[Start of section]
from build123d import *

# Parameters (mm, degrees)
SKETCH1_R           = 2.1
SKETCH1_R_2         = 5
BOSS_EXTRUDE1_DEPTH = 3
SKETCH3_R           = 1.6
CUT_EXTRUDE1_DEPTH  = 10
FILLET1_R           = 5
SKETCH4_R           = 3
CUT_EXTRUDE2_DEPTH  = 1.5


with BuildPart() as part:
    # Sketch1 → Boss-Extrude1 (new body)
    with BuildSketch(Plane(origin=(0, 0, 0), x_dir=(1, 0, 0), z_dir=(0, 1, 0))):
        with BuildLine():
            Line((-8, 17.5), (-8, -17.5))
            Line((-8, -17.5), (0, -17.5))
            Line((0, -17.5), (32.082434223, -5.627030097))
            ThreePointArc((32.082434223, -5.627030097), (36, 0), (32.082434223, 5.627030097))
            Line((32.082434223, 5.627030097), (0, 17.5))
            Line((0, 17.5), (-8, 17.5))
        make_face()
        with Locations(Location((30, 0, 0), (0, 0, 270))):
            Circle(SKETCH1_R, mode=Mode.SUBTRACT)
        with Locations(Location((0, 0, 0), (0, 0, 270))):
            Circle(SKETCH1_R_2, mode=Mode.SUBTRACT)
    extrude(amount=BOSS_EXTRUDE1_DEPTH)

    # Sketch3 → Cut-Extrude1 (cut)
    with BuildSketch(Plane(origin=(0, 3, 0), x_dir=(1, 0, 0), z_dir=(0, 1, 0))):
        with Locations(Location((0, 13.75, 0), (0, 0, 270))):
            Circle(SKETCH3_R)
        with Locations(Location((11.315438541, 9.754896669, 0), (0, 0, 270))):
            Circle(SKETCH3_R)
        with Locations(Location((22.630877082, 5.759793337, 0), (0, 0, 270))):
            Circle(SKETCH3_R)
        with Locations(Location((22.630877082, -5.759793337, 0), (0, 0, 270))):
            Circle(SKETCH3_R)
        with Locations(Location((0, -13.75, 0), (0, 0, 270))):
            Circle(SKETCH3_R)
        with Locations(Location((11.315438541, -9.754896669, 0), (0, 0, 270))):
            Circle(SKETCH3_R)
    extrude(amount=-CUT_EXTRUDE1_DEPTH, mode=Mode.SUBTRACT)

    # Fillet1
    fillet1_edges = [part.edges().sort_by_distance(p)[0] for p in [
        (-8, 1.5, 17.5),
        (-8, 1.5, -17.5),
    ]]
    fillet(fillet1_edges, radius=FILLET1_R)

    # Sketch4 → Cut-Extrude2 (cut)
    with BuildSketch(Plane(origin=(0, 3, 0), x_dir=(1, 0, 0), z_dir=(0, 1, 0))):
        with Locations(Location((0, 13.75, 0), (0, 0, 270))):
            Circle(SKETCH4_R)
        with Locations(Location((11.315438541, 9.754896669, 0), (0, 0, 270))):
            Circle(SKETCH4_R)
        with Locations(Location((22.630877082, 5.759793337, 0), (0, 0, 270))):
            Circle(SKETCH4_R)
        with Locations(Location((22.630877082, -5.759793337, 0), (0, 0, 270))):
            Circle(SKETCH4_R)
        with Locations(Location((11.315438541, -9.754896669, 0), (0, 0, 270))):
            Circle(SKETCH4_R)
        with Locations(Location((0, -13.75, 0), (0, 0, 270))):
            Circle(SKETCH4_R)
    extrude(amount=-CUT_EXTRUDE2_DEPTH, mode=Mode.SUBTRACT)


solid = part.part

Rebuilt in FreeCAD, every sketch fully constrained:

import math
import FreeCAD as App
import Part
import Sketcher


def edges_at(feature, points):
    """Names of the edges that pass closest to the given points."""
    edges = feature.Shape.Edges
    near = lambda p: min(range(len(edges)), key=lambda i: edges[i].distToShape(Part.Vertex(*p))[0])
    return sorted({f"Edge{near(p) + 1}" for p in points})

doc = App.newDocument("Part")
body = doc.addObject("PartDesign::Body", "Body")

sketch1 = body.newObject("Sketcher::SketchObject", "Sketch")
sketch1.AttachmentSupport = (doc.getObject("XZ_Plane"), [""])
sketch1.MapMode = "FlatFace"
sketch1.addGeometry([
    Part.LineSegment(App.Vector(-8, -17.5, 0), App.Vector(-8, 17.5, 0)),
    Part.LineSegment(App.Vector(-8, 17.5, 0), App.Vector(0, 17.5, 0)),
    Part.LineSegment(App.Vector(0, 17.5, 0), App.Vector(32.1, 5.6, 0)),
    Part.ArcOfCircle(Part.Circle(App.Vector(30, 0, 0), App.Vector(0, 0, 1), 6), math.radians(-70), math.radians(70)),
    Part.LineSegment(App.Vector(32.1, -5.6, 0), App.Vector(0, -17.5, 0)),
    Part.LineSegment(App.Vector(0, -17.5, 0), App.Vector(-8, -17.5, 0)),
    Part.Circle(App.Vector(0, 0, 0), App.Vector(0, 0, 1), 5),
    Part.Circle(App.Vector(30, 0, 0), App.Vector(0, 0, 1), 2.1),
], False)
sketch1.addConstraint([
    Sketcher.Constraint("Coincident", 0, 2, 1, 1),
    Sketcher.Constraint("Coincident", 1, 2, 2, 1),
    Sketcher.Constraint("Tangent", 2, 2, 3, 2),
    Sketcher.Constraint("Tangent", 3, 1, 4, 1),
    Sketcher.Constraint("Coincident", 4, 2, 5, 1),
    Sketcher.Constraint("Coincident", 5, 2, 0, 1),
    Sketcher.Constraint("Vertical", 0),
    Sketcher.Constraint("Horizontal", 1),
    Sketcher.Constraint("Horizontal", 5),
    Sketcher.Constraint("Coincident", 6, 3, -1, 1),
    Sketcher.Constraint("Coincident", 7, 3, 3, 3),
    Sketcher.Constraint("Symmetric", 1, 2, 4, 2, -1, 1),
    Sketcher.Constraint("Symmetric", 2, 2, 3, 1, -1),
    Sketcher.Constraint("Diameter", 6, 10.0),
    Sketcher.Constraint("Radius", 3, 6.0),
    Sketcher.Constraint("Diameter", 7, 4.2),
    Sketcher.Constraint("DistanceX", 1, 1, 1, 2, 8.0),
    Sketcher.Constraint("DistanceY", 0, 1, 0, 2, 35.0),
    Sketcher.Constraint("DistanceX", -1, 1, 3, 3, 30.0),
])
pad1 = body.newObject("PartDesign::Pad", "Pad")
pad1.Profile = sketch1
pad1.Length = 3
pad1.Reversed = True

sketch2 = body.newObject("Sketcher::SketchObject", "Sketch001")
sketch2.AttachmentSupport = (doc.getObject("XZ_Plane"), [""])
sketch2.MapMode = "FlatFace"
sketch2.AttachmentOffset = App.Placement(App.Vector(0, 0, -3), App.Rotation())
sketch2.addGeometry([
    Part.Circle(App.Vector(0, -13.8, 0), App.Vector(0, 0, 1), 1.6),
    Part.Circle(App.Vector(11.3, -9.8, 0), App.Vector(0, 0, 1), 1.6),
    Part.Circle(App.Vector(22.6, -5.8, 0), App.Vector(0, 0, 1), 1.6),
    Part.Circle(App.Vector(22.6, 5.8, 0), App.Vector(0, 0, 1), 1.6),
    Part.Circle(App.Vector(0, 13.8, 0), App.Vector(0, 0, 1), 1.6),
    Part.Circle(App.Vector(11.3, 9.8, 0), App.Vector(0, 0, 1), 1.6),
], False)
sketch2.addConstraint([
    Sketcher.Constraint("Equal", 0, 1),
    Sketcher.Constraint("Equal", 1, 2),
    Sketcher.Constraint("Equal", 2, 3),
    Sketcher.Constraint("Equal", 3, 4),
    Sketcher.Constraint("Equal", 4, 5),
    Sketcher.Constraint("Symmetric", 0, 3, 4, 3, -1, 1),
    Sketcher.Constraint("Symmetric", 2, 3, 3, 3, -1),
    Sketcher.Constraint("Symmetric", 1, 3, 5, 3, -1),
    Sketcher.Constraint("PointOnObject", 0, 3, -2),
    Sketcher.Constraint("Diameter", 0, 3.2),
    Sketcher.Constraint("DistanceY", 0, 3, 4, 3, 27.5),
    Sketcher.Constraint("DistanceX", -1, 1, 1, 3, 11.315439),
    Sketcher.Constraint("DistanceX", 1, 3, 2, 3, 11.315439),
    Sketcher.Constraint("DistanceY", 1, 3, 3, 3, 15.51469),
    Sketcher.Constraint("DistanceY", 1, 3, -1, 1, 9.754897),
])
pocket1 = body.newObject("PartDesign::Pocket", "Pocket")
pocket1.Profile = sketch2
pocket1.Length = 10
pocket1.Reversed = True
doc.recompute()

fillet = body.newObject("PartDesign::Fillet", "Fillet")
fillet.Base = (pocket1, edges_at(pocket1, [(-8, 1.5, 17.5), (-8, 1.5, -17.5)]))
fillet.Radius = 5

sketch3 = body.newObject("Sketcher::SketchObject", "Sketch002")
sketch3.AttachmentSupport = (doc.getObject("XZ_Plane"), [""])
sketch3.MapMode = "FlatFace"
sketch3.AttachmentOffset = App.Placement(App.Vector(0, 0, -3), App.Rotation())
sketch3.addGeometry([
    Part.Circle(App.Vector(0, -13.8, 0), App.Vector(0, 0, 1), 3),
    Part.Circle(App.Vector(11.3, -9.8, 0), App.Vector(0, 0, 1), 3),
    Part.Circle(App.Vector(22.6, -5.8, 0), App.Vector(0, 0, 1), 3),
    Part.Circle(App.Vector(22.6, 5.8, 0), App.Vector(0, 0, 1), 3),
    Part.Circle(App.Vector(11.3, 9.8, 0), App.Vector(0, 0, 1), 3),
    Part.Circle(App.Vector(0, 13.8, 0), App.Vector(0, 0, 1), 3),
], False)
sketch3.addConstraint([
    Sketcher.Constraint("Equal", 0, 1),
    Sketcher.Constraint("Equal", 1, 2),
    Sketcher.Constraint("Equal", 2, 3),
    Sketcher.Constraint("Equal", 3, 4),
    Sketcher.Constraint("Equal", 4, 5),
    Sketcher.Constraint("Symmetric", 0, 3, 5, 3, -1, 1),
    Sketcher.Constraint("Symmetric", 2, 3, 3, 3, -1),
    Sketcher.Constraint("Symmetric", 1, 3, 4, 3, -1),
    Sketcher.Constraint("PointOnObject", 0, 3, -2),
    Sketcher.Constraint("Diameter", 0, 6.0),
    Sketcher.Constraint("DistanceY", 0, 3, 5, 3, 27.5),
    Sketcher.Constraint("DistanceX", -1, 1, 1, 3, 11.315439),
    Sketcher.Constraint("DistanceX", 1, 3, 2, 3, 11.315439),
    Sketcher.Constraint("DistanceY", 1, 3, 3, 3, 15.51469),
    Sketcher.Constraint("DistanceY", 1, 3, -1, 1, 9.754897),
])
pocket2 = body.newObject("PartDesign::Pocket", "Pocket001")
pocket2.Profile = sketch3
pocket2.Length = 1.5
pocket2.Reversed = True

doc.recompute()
[End of section]
[Start of section]
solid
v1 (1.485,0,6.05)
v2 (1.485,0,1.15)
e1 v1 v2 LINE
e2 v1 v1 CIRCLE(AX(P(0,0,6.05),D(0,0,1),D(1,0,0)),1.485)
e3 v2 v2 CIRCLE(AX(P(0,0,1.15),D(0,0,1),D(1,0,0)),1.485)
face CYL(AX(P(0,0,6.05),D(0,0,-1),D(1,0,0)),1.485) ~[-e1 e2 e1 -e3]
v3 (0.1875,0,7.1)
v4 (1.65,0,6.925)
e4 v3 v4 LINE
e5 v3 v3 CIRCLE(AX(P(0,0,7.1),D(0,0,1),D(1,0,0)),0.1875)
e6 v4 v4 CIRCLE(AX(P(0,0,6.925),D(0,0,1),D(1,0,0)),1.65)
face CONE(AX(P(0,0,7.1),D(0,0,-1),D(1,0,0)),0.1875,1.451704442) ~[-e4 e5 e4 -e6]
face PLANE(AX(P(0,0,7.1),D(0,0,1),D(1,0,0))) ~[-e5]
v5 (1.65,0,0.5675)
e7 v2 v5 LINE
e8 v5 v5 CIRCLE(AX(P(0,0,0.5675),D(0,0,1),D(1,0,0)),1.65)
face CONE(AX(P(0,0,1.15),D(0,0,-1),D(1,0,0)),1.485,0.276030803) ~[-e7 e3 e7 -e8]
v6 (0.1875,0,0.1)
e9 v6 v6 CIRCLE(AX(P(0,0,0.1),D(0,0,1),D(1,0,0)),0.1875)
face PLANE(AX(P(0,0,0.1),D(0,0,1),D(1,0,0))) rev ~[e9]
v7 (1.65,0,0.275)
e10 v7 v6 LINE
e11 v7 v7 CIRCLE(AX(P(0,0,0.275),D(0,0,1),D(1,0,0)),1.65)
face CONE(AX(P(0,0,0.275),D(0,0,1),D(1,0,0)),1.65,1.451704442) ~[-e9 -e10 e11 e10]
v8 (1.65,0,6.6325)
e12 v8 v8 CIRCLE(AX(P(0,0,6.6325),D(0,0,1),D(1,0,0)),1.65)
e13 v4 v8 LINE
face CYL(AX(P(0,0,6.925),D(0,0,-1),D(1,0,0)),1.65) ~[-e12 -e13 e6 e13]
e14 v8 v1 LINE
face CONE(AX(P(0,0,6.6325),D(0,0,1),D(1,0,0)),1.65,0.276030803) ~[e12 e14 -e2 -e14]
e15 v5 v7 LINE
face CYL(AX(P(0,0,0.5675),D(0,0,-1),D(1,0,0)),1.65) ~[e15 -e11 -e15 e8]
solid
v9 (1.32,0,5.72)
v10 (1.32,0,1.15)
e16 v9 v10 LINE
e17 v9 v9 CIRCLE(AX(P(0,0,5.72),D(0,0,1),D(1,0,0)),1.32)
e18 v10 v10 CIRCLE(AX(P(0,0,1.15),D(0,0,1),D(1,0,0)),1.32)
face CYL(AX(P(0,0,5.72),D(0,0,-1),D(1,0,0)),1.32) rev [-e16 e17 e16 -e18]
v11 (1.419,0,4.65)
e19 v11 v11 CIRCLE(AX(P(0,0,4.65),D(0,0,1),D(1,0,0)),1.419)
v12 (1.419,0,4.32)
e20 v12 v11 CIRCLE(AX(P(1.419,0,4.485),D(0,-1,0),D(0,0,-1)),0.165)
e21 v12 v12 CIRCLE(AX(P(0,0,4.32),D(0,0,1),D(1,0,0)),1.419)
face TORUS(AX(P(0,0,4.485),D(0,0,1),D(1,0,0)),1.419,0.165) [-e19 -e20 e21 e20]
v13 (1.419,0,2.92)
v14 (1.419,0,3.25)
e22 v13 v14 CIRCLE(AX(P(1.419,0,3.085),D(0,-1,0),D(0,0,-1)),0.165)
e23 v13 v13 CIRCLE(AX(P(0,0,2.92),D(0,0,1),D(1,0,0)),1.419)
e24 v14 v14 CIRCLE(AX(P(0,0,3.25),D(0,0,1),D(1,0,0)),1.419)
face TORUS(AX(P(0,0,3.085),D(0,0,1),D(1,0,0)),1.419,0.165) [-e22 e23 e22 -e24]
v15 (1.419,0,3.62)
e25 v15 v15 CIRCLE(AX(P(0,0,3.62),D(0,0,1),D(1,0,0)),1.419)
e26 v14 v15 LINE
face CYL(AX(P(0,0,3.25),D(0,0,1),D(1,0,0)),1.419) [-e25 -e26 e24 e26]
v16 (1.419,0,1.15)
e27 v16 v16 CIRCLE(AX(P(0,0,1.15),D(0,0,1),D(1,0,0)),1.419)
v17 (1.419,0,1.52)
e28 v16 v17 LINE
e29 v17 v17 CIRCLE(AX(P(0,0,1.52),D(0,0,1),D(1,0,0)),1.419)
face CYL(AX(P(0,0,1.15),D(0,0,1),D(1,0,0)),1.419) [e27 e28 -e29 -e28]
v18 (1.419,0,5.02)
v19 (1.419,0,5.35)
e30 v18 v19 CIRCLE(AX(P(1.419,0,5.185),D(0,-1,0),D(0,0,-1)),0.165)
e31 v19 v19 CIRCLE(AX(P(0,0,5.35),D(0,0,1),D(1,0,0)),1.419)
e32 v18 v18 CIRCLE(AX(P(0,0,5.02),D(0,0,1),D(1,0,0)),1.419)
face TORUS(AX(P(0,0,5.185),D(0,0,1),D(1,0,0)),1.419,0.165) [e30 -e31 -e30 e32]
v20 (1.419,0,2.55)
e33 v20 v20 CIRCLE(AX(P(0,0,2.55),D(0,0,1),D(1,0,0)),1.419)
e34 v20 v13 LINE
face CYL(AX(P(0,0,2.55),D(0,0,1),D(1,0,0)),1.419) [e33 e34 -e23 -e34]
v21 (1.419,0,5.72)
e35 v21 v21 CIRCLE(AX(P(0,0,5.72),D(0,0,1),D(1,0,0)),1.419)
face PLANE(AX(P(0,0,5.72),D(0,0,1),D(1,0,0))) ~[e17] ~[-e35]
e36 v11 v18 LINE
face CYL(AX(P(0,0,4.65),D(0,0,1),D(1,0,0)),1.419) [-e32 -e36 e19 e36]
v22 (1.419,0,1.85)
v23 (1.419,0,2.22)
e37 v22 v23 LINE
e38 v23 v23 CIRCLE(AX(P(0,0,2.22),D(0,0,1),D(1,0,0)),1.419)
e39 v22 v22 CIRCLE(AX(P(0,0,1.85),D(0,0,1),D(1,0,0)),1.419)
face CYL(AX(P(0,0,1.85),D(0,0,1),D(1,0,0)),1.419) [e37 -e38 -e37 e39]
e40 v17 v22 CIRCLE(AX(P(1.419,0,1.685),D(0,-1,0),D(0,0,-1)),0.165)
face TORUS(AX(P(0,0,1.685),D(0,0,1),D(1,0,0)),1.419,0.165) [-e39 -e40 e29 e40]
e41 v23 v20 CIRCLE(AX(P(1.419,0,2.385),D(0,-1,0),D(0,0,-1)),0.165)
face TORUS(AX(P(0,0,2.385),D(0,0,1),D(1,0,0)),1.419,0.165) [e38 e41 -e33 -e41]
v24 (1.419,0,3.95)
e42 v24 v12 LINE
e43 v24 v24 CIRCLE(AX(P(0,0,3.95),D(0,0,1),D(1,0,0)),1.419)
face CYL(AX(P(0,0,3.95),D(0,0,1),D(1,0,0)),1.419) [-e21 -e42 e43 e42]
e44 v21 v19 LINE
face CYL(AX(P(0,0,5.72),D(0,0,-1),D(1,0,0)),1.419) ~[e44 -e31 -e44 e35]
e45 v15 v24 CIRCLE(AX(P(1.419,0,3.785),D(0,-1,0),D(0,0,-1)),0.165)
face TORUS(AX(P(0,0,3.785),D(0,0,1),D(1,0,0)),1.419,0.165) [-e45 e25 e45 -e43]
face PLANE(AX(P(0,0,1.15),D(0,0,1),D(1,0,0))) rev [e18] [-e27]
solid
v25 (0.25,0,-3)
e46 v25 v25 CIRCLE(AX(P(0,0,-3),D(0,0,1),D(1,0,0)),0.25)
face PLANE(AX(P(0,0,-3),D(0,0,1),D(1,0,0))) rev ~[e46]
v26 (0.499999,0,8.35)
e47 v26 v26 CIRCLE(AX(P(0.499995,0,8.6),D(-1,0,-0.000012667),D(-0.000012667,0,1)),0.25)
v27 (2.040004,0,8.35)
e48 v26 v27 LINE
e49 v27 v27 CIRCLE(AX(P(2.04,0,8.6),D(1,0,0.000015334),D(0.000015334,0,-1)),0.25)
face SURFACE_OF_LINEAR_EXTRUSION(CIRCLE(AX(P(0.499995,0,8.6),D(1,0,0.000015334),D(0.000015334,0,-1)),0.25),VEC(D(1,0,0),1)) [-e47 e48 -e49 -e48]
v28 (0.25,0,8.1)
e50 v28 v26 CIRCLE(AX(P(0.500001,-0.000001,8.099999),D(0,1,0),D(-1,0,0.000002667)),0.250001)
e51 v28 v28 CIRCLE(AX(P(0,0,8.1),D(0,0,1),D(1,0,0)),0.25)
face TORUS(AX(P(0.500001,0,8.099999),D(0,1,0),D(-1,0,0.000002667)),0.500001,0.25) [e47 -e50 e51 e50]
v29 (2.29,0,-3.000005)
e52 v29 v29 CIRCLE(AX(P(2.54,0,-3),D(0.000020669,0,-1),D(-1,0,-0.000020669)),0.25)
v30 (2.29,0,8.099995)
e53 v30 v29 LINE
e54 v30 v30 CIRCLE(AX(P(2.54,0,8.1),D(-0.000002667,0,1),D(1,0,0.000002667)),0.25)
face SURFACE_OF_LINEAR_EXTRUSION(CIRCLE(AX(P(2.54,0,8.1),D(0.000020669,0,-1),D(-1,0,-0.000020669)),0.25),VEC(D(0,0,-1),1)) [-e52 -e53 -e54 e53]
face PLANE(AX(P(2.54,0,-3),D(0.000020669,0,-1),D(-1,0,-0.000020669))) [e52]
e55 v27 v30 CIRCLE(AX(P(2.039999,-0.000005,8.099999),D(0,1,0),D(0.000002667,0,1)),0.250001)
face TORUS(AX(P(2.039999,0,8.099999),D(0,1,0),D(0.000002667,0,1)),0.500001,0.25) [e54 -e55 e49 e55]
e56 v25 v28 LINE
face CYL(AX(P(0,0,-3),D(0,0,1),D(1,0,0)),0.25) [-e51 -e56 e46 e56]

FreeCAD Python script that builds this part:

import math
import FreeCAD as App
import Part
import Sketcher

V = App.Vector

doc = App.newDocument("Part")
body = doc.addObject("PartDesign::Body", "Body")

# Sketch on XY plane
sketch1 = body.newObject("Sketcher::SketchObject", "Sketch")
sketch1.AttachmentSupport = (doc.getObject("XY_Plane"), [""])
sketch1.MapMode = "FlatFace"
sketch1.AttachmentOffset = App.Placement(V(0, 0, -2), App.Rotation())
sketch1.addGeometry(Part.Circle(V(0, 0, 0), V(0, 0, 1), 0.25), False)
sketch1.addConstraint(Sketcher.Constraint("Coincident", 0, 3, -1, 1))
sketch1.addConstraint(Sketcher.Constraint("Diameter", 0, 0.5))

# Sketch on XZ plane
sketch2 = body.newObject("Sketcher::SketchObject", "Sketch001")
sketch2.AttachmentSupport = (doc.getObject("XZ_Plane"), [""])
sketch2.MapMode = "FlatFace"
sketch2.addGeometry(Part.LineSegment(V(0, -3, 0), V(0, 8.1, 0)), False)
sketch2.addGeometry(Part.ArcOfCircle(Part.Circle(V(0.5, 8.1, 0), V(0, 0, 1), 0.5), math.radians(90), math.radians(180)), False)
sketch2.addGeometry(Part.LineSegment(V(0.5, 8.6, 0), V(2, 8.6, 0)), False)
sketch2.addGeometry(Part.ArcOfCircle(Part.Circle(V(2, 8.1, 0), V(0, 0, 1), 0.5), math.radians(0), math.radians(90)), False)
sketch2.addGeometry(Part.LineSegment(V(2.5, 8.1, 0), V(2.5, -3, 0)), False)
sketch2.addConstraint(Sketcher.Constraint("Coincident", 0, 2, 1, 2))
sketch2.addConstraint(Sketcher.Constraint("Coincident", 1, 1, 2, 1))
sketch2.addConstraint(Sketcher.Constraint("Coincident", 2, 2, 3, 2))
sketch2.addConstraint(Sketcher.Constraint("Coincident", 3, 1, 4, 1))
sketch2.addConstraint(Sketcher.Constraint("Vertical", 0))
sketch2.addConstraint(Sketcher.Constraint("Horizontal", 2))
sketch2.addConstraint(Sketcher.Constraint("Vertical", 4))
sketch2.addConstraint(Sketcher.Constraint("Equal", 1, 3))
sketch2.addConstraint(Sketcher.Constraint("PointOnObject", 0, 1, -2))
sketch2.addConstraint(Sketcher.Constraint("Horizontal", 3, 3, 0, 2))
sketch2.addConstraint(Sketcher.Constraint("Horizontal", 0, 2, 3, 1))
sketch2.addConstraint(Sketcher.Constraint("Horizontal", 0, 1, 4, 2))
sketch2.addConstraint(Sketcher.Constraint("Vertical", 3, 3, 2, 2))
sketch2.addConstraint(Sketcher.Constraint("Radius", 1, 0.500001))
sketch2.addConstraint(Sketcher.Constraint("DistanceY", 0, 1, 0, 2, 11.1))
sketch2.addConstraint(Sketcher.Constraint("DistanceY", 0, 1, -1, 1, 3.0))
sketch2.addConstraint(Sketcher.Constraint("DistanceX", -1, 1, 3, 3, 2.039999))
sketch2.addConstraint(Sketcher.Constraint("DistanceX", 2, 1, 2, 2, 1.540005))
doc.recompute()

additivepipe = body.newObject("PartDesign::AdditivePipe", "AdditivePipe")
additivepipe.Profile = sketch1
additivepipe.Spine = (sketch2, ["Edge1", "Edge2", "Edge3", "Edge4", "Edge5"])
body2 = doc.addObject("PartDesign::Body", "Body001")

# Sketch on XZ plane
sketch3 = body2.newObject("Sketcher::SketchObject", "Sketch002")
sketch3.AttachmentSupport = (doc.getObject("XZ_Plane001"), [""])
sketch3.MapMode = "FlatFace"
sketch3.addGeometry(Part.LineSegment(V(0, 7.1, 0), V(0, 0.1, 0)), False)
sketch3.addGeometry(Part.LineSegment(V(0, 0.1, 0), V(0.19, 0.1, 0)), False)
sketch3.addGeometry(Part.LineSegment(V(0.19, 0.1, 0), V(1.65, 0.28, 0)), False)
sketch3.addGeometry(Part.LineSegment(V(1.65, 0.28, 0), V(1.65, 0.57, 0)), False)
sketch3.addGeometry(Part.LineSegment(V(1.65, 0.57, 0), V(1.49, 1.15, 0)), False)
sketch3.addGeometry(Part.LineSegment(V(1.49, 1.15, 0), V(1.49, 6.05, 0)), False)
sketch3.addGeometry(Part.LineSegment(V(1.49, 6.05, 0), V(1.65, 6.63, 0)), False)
[End of section]
- WORK ORDER -
Restate word for word the lines of the data above, starting at the line containing "v26 (0.499999,0,8.35)" and ending at the line containing "v28 (0.25,0,8.1)", both included, and nothing more.

- RESPONSE AREA -
v26 (0.499999,0,8.35)
e47 v26 v26 CIRCLE(AX(P(0.499995,0,8.6),D(-1,0,-0.000012667),D(-0.000012667,0,1)),0.25)
v27 (2.040004,0,8.35)
e48 v26 v27 LINE
e49 v27 v27 CIRCLE(AX(P(2.04,0,8.6),D(1,0,0.000015334),D(0.000015334,0,-1)),0.25)
face SURFACE_OF_LINEAR_EXTRUSION(CIRCLE(AX(P(0.499995,0,8.6),D(1,0,0.000015334),D(0.000015334,0,-1)),0.25),VEC(D(1,0,0),1)) [-e47 e48 -e49 -e48]
v28 (0.25,0,8.1)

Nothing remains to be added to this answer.